Use of fair-value measurements
In presenting the Philips financial position, fair values are used for the measurement of various items in accordance with the applicable accounting standards. These fair values are based on market prices, where available, and are obtained from sources that are deemed to be reliable. Readers are cautioned that these values are subject to changes over time and are only valid at the balance sheet date. When quoted prices or observable market data are not readily available, fair values are estimated using appropriate valuation models and unobservable inputs. Such fair value estimates require management to make significant assumptions with respect to future developments, which are inherently uncertain and may therefore deviate from actual developments. Critical assumptions used are disclosed in the Annual Report 2013. Independent valuations may have been obtained to support management’s determination of fair values.
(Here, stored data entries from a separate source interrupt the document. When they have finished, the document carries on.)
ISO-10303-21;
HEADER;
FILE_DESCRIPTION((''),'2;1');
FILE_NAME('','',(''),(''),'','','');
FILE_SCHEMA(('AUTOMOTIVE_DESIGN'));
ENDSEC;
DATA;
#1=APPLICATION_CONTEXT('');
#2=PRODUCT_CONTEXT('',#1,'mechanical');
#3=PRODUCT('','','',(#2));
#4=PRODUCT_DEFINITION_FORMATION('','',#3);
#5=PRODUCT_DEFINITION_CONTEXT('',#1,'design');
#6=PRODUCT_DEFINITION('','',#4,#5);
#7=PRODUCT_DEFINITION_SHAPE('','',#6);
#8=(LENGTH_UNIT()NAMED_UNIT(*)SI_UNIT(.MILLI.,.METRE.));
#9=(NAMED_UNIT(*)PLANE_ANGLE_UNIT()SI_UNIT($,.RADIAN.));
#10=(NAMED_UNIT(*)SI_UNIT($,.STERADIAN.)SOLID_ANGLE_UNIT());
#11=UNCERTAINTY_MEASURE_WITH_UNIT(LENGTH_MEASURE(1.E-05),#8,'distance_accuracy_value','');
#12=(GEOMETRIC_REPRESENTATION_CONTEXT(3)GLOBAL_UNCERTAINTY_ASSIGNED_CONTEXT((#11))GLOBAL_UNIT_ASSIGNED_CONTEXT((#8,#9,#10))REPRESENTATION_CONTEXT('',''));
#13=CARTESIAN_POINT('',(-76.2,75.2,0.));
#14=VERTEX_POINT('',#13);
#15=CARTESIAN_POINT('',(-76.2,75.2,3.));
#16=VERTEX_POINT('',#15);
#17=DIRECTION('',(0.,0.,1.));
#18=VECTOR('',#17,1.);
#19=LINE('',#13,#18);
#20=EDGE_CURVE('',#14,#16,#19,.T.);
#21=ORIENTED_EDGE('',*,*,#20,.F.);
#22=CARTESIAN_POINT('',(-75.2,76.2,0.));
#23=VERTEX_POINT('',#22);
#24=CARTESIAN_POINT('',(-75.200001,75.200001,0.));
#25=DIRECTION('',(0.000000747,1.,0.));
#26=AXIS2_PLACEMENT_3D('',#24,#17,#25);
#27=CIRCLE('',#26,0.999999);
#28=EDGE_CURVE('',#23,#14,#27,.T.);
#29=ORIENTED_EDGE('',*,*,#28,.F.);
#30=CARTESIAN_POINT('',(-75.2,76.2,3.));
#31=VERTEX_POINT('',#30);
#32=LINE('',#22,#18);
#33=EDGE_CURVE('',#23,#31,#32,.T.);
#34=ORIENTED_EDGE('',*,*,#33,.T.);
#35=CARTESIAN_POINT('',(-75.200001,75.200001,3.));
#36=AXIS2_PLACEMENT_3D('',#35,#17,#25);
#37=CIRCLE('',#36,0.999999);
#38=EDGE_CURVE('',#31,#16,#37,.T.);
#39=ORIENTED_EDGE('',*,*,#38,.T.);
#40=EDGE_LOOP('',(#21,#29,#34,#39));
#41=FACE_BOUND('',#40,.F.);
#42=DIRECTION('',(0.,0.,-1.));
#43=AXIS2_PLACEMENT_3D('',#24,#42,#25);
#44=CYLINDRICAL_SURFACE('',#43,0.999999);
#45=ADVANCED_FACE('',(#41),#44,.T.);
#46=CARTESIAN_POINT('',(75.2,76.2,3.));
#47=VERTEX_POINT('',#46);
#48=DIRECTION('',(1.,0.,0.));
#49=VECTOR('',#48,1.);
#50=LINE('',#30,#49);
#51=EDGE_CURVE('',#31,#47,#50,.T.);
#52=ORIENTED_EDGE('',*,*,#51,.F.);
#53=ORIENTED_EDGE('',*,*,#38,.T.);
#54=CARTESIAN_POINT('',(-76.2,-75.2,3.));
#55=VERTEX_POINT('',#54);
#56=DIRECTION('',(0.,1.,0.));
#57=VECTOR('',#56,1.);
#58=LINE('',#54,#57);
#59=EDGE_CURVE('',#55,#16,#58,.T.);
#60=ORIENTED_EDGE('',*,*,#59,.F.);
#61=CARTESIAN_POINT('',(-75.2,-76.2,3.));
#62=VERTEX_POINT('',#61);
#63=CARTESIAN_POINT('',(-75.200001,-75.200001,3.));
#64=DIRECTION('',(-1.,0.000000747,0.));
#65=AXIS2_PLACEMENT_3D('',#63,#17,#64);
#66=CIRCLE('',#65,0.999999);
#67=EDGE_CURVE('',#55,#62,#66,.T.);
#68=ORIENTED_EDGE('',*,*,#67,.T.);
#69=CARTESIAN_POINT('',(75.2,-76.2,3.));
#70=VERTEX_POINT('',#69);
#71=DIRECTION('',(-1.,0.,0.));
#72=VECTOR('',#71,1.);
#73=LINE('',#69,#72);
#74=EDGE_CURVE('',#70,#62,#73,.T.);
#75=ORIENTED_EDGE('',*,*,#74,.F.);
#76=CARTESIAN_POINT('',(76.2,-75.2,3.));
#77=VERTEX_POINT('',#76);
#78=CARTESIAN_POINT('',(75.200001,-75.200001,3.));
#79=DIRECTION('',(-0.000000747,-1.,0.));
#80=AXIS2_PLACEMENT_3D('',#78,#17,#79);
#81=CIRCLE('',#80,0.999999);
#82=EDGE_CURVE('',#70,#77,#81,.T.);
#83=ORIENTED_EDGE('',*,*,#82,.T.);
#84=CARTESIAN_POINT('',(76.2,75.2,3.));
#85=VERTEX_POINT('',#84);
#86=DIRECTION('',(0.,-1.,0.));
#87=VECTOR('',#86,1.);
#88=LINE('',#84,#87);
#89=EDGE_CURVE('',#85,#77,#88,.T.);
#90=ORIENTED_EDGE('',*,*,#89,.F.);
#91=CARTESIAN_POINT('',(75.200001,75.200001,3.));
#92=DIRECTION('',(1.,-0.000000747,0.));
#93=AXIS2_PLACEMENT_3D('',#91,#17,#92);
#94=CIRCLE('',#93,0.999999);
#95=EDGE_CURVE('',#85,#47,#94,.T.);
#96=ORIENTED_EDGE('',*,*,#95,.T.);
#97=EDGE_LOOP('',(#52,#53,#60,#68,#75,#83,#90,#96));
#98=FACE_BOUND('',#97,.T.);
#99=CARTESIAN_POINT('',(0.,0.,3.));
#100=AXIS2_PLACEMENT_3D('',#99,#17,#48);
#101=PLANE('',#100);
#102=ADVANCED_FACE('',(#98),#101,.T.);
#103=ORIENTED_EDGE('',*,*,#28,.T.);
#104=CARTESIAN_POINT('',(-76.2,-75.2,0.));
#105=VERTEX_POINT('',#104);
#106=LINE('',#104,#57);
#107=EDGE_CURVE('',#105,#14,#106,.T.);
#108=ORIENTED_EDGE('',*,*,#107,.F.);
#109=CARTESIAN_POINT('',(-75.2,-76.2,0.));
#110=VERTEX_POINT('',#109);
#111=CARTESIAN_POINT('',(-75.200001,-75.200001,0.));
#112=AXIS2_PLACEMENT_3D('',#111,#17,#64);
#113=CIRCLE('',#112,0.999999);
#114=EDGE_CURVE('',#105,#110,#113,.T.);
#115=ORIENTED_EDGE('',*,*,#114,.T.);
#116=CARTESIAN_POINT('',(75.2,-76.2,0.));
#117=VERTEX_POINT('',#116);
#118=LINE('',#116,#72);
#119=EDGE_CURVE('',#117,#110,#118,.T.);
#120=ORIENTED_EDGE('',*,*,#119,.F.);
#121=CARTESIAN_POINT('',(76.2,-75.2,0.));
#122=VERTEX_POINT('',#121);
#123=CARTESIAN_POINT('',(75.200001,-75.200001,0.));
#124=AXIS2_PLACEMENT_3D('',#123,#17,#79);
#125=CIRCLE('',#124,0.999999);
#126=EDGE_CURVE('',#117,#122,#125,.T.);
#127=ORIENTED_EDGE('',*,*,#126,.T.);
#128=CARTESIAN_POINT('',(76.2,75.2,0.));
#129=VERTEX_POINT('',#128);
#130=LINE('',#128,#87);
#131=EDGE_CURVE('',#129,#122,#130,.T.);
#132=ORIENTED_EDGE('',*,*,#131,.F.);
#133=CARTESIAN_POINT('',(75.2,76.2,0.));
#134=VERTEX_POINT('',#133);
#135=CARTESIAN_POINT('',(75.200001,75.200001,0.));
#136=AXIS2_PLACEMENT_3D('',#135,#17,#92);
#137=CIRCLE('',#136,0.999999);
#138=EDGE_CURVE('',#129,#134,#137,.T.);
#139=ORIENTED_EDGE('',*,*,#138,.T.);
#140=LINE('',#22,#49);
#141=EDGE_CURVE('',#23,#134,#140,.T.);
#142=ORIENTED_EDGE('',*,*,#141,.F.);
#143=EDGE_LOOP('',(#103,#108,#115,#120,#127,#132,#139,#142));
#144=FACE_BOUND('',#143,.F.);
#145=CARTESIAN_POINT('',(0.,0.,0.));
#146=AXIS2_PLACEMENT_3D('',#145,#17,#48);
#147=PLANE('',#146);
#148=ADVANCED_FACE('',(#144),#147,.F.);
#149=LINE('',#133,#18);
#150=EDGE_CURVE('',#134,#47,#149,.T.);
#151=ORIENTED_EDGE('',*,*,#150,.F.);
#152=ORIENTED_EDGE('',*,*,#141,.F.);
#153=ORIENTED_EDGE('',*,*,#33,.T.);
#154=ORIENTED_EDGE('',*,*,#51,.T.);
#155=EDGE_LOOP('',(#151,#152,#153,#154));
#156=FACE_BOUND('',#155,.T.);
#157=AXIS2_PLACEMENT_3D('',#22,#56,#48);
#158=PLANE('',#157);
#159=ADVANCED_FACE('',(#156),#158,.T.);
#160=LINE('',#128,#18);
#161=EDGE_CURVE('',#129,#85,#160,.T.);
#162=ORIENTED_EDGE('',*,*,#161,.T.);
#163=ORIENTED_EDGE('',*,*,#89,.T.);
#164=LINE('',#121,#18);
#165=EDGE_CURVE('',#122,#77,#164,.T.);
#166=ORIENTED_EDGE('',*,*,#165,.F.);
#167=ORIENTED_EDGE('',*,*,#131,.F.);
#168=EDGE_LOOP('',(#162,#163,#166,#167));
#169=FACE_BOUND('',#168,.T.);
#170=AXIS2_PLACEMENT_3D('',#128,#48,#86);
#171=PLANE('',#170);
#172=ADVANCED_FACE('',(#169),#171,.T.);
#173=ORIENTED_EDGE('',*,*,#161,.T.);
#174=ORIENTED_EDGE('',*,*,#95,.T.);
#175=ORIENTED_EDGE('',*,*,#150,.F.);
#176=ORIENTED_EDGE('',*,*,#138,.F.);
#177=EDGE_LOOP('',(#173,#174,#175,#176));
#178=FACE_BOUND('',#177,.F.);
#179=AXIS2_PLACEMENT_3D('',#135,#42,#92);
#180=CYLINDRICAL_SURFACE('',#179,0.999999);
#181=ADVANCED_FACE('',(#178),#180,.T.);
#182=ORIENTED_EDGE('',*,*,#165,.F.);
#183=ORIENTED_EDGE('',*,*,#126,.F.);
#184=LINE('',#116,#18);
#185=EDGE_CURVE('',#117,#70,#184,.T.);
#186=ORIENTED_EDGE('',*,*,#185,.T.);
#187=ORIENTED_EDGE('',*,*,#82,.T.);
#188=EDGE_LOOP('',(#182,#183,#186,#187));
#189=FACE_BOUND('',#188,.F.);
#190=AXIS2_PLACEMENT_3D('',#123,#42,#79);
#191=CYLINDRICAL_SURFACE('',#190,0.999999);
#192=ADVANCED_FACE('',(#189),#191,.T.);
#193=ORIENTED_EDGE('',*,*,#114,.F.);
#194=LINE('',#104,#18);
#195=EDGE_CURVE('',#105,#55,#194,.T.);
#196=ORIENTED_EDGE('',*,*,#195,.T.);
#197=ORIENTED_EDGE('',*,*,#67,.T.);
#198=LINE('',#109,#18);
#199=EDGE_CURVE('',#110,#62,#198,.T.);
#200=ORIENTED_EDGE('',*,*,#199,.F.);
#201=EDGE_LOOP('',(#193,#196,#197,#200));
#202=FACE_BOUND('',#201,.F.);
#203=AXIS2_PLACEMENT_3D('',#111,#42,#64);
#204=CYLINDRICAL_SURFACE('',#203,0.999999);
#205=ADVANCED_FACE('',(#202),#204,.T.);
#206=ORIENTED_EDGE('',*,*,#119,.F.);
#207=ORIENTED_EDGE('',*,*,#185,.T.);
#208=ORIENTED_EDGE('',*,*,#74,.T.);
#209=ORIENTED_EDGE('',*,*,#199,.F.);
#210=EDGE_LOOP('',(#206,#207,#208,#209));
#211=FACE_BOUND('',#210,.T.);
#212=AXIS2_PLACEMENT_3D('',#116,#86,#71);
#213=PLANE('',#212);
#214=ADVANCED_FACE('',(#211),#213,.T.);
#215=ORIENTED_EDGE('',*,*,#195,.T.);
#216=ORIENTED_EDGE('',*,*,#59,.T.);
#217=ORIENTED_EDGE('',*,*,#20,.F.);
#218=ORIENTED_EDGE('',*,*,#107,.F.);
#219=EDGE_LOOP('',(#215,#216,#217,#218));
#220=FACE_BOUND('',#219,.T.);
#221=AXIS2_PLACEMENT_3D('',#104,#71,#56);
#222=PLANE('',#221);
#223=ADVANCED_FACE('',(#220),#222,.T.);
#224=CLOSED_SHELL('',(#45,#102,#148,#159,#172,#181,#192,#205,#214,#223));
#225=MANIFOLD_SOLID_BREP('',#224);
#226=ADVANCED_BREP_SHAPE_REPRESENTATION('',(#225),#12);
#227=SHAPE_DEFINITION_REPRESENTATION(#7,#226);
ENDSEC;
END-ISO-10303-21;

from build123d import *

# Parameters (mm, degrees)
PAD_DEPTH = 3


with BuildPart() as part:
    # Sketch → Pad (new body)
    with BuildSketch(Plane.XY):
        with BuildLine():
            ThreePointArc((-75.2, 76.2), (-75.907107, 75.907107), (-76.2, 75.2))
            Line((-76.2, -75.2), (-76.2, 75.2))
            ThreePointArc((-76.2, -75.2), (-75.907107, -75.907107), (-75.2, -76.2))
            Line((75.2, -76.2), (-75.2, -76.2))
            ThreePointArc((75.2, -76.2), (75.907107, -75.907107), (76.2, -75.2))
            Line((76.2, 75.2), (76.2, -75.2))
            ThreePointArc((76.2, 75.2), (75.907107, 75.907107), (75.2, 76.2))
            Line((-75.2, 76.2), (75.2, 76.2))
        make_face()
    extrude(amount=PAD_DEPTH)


solid = part.part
All amounts are in millions of euros unless otherwise stated. All reported data is unaudited. This interim financial report is prepared in accordance with IAS 34 Interim Financial Reporting as adopted by the European Union and the accounting policies are the same as stated in the Annual Report 2013, unless otherwise stated.
Prior-period financial statements have been restated to reflect two voluntary accounting policy changes and a change in the divestment of the AVM&A business. For more details see note 1, Significant accounting policies, section Other changes.
An overview of the revised 2012 full year and 2013 figures per quarter is available on the Philips website, in the Investor Relations section.